Broadcom Outlines Optical Scale-Up Strategy for AI Fabrics, Backs New OCI MSA
At the Optica Executive Forum in Los Angeles on Monday, Broadcom’s Near Margalit argued that the next phase of AI infrastructure design will depend on treating scale-up and scale-out more as a continuum rather than as isolated network domains. His central point was that conventional Clos-based scale-out architectures become increasingly inefficient as XPU cluster sizes rise, requiring multiple switching layers, large numbers of optical transceivers, extensive connectivity, and significant power just to move data across the fabric.
Margalit said one way to reduce that complexity is to expand the scale-up domain itself and use Ethernet-based technology to make it part of the larger system fabric. Instead of treating every GPU or accelerator as an independent endpoint in the scale-out network, he suggested operators can think in terms of pods. In his example, if a pod contains roughly 1,000 XPUs, then a million-XPU system could be built from 1,000 such pods, with the broader network designed around pod-level interconnection rather than direct node-by-node scaling. The goal is to reduce the number of layers needed in the scale-out fabric while preserving the high-bandwidth, low-latency characteristics required inside the scale-up domain.
A major part of his presentation focused on the optical interconnect choices needed to make that possible. He said copper alone will struggle to extend to 1,000-node or larger scale-up networks, pushing the industry toward optics. But he also argued that not every optical path is practical. Traditional DR-style optics, moving from 100G to 200G and now 400G per fiber, are following the IEEE roadmap but may be difficult to extend much further efficiently. Margalit said scale-up networks are especially sensitive because their bandwidth demands are roughly an order of magnitude greater than scale-out networks, making every picojoule per bit matter. He estimated that even with low-power optics, total I/O energy can approach 10 pJ/bit once both the optics and the copper SerDes reach are included.
He also walked through the tradeoffs between “slow and wide,” “fast and wide,” and very wide optical approaches. Wide wavelength-comb architectures can lower power, he said, but they introduce complexity in laser sources and control structures. By contrast, a “fast and wide” approach—such as 16 wavelengths at 400G—would imply 6.4 Tbps per port and would require a 6.6 Pb/s switch for a 1024-radix design, far beyond today’s commercially available silicon. On another extreme, very low-speed, very wide optical schemes may reduce energy, but they create a fiber-management problem because true scale-up networks require large-scale shuffling and connectorization, not simple point-to-point links. In that case, fiber count becomes the limiting factor.

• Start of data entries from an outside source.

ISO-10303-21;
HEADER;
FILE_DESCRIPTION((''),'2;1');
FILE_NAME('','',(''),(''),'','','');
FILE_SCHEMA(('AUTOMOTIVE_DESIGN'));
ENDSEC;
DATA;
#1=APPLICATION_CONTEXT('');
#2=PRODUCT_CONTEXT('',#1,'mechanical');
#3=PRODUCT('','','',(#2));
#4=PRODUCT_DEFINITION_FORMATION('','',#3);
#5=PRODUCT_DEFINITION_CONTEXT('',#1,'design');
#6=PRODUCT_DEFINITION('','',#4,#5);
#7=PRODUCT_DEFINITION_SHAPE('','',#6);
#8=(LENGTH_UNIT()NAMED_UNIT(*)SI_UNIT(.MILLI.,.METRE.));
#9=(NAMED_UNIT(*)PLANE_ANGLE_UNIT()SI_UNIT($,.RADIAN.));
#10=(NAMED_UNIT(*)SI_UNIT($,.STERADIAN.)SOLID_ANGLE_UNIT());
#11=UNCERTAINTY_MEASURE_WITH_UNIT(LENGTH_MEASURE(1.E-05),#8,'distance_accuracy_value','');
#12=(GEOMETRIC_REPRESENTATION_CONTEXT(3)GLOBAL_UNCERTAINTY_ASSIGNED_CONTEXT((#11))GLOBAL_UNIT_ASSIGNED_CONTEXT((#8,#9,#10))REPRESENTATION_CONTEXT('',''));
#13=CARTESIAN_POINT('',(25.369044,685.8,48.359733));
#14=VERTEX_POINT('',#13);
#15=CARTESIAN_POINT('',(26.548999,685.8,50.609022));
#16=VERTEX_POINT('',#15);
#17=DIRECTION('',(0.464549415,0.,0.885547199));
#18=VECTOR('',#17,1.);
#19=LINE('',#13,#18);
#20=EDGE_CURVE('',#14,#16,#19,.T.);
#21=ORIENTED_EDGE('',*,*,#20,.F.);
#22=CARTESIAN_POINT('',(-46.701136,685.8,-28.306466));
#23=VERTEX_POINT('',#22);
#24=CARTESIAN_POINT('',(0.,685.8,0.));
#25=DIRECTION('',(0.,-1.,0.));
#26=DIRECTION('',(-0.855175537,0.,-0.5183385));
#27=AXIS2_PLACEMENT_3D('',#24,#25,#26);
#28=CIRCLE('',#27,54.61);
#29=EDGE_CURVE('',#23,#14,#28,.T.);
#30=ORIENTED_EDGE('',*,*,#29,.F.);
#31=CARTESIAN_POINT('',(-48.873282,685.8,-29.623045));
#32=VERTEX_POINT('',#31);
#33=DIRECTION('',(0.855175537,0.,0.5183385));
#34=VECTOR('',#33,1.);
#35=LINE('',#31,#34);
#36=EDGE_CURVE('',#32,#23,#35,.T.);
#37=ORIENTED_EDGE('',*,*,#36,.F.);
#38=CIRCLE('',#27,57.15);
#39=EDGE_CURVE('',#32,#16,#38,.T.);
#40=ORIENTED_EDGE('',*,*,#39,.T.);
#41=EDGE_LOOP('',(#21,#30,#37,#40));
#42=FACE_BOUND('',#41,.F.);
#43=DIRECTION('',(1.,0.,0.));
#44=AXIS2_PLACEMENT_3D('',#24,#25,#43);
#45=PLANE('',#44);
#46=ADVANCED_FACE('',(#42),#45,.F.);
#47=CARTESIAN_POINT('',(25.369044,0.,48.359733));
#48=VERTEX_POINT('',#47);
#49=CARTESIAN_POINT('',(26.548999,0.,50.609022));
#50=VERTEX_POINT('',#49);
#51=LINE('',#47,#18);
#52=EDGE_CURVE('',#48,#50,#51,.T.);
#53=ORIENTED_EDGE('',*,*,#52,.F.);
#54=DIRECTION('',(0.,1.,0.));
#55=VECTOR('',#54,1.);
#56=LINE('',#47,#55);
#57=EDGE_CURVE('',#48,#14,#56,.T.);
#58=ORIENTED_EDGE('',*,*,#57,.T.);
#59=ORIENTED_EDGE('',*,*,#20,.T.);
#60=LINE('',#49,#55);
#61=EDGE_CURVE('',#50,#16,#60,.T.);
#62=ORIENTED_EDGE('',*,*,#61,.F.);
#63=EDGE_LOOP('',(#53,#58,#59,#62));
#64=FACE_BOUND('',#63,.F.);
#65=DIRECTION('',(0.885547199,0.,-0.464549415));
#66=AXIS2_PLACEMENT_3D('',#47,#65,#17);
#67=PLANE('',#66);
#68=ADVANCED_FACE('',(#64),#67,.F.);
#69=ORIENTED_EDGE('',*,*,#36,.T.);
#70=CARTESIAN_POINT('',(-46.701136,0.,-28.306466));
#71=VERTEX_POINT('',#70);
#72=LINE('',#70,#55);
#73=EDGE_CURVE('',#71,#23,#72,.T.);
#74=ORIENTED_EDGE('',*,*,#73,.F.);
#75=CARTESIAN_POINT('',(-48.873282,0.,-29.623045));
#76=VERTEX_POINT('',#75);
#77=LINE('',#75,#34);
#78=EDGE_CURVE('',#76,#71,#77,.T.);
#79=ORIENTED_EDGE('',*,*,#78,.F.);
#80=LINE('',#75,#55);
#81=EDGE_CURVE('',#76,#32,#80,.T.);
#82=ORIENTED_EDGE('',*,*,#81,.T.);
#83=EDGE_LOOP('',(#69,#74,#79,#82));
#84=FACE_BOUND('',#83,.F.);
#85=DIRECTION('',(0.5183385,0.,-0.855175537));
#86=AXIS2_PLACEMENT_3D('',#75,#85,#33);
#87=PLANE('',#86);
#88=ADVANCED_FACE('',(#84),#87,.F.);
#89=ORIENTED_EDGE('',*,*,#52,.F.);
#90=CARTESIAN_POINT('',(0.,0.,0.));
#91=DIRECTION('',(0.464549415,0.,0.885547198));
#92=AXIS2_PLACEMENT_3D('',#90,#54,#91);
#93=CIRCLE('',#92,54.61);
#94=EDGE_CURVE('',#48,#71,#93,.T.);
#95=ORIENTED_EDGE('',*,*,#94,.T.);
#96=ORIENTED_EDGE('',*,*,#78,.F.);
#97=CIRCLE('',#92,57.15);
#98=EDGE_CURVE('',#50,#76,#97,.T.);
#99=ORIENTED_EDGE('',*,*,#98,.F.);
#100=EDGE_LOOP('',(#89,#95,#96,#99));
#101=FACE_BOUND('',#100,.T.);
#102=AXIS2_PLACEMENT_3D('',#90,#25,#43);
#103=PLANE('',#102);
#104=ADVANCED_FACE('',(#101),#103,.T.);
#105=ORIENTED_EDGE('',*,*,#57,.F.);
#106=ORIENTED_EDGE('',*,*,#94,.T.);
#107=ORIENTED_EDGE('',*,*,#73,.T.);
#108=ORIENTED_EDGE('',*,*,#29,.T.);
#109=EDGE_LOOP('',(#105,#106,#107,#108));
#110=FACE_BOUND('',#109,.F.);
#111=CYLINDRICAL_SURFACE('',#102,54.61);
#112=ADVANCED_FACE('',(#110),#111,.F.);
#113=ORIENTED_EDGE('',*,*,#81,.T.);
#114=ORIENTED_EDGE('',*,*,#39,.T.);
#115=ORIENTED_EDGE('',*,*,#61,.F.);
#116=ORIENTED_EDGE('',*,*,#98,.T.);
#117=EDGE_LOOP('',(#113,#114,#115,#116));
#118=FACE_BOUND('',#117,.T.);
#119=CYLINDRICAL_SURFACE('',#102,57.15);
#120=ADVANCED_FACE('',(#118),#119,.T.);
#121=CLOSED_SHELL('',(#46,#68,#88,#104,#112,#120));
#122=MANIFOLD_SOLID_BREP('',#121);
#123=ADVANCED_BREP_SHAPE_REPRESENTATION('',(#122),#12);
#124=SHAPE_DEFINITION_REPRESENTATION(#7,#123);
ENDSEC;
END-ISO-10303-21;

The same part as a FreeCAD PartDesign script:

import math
import FreeCAD as App
import Part
import Sketcher
Q = App.Units.Quantity

doc = App.newDocument("Part")
body = doc.addObject("PartDesign::Body", "Body")

sketch1 = body.newObject("Sketcher::SketchObject", "Sketch")
sketch1.AttachmentSupport = (doc.getObject("XZ_Plane"), [""])
sketch1.MapMode = "FlatFace"
sketch1.addGeometry([
    Part.Circle(App.Vector(0, 0, 0), App.Vector(0, 0, 1), 57),
    Part.Circle(App.Vector(0, 0, 0), App.Vector(0, 0, 1), 55),
], False)
sketch1.addConstraint([
    Sketcher.Constraint("Coincident", 0, 3, -1, 1),
    Sketcher.Constraint("Coincident", 1, 3, -1, 1),
    Sketcher.Constraint("Diameter", 0, Q("4.5 in")),
    Sketcher.Constraint("Diameter", 1, Q("4.3 in")),
])
pad1 = body.newObject("PartDesign::Pad", "Pad")
pad1.Profile = sketch1
pad1.Length = Q("27 in")
pad1.Reversed = True

sketch2 = body.newObject("Sketcher::SketchObject", "Sketch001")
sketch2.AttachmentSupport = (doc.getObject("XZ_Plane"), [""])
sketch2.MapMode = "FlatFace"
sketch2.addGeometry([
    Part.ArcOfCircle(Part.Circle(App.Vector(0, 0, 0), App.Vector(0, 0, 1), 54.6), math.radians(62), math.radians(211)),
    Part.LineSegment(App.Vector(25.4, 48.4, 0), App.Vector(26.5, 50.6, 0)),
    Part.ArcOfCircle(Part.Circle(App.Vector(0, 0, 0), App.Vector(0, 0, 1), 57.1), math.radians(62), math.radians(211)),
    Part.LineSegment(App.Vector(-48.9, -29.6, 0), App.Vector(-46.7, -28.3, 0)),
], False)
sketch2.addConstraint([
    Sketcher.Constraint("Coincident", 0, 1, 1, 1),
    Sketcher.Constraint("Coincident", 1, 2, 2, 1),
    Sketcher.Constraint("Coincident", 2, 2, 3, 1),
    Sketcher.Constraint("Coincident", 3, 2, 0, 2),
    Sketcher.Constraint("Coincident", 0, 3, -1, 1),
    Sketcher.Constraint("Coincident", 2, 3, -1, 1),
    Sketcher.Constraint("Radius", 0, Q("2.15 in")),
    Sketcher.Constraint("Radius", 2, Q("2.25 in")),
    Sketcher.Constraint("DistanceX", -1, 1, 1, 2, 26.548999),
    Sketcher.Constraint("DistanceY", 3, 2, 0, 1, 76.666198),
    Sketcher.Constraint("DistanceX", 2, 2, -1, 1, 48.873282),
    Sketcher.Constraint("DistanceY", 0, 1, 1, 2, 2.24929),
])
pocket1 = body.newObject("PartDesign::Pocket", "Pocket")
pocket1.Profile = sketch2
pocket1.Length = Q("27 in")

doc.recompute()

Broadcom’s proposed middle path is to reduce fiber cost without sacrificing radix by using bidirectional transmission on a single fiber and by matching bandwidth-per-fiber to practical switch sizes. Margalit described this as an “easy win,” noting that BiDi is already well understood in other markets. His rule of thumb was that 100 Tb/s-class switches align more naturally with roughly 200G per fiber, while 200 Tb/s switches align with roughly 400G per fiber. That framing underpins the newly announced Optical Compute Interconnect MSA, or OCI MSA, which Broadcom launched with a group of high-profile partners to define an optical scale-up architecture built around open standards, low-speed NRZ signaling, conventional DFB lasers, and Ethernet-based operation across larger AI domains.
Key points
- Broadcom argued that conventional “fast and narrow” optical scale-up at 400G per fiber runs into practical scaling limits beyond 400G.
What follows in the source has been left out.